» MATERIAL FOR THIS TASK:
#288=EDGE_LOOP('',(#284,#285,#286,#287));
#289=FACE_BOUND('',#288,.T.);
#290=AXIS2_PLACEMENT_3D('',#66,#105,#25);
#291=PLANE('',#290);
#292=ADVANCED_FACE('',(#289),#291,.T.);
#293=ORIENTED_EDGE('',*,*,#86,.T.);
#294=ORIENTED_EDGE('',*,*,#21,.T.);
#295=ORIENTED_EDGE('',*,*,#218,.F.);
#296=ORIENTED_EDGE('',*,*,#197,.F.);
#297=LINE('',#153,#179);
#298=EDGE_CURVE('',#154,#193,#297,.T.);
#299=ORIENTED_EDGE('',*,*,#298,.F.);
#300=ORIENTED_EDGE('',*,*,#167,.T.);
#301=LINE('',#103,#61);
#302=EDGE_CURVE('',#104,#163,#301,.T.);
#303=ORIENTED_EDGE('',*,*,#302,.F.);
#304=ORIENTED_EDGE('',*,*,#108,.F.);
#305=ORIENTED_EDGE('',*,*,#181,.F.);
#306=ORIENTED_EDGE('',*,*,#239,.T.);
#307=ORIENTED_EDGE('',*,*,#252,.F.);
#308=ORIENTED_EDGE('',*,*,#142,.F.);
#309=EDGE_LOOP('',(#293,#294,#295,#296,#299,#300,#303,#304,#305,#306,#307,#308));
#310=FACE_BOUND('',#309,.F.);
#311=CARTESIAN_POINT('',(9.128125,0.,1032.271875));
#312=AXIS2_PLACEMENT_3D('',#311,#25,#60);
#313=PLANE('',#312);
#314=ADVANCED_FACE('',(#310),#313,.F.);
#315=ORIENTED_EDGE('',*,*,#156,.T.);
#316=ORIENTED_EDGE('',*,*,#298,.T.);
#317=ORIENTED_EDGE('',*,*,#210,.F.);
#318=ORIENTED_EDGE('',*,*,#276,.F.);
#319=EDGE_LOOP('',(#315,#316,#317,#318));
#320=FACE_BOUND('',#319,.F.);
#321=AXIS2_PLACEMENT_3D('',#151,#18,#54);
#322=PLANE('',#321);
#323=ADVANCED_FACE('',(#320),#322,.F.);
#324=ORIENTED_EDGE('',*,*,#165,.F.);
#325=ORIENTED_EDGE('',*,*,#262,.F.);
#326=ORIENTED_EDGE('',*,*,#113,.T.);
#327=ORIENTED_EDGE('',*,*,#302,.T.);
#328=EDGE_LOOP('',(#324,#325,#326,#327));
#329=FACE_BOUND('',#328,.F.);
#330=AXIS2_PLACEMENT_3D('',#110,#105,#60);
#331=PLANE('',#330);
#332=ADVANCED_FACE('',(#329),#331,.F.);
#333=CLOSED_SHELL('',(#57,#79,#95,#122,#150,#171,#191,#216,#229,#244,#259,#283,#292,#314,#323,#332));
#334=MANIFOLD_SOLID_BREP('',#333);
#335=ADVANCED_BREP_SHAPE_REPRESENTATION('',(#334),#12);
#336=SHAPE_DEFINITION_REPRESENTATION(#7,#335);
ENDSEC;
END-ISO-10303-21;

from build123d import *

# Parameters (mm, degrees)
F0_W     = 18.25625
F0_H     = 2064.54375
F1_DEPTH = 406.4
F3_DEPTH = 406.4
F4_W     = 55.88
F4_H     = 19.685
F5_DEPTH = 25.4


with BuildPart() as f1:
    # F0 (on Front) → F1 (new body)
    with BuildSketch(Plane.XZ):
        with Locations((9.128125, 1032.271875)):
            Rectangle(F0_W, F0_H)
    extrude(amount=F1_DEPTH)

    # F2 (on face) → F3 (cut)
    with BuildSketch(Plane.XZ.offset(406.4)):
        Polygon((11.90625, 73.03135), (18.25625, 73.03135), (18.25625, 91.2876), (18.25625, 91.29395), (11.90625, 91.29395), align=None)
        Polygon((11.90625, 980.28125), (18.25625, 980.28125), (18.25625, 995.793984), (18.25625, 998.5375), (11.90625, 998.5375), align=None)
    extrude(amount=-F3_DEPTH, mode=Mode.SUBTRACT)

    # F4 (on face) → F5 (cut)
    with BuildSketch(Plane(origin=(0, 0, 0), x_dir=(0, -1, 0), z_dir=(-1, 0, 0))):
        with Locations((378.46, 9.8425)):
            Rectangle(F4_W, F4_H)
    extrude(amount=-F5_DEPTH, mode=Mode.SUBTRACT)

» EXERCISE AIM: Would you please copy each line of the listing that contains the word "BuildSketch"?

» RESPONSE BELOW:
    with BuildSketch(Plane.XZ):
    with BuildSketch(Plane.XZ.offset(406.4)):
    with BuildSketch(Plane(origin=(0, 0, 0), x_dir=(0, -1, 0), z_dir=(-1, 0, 0))):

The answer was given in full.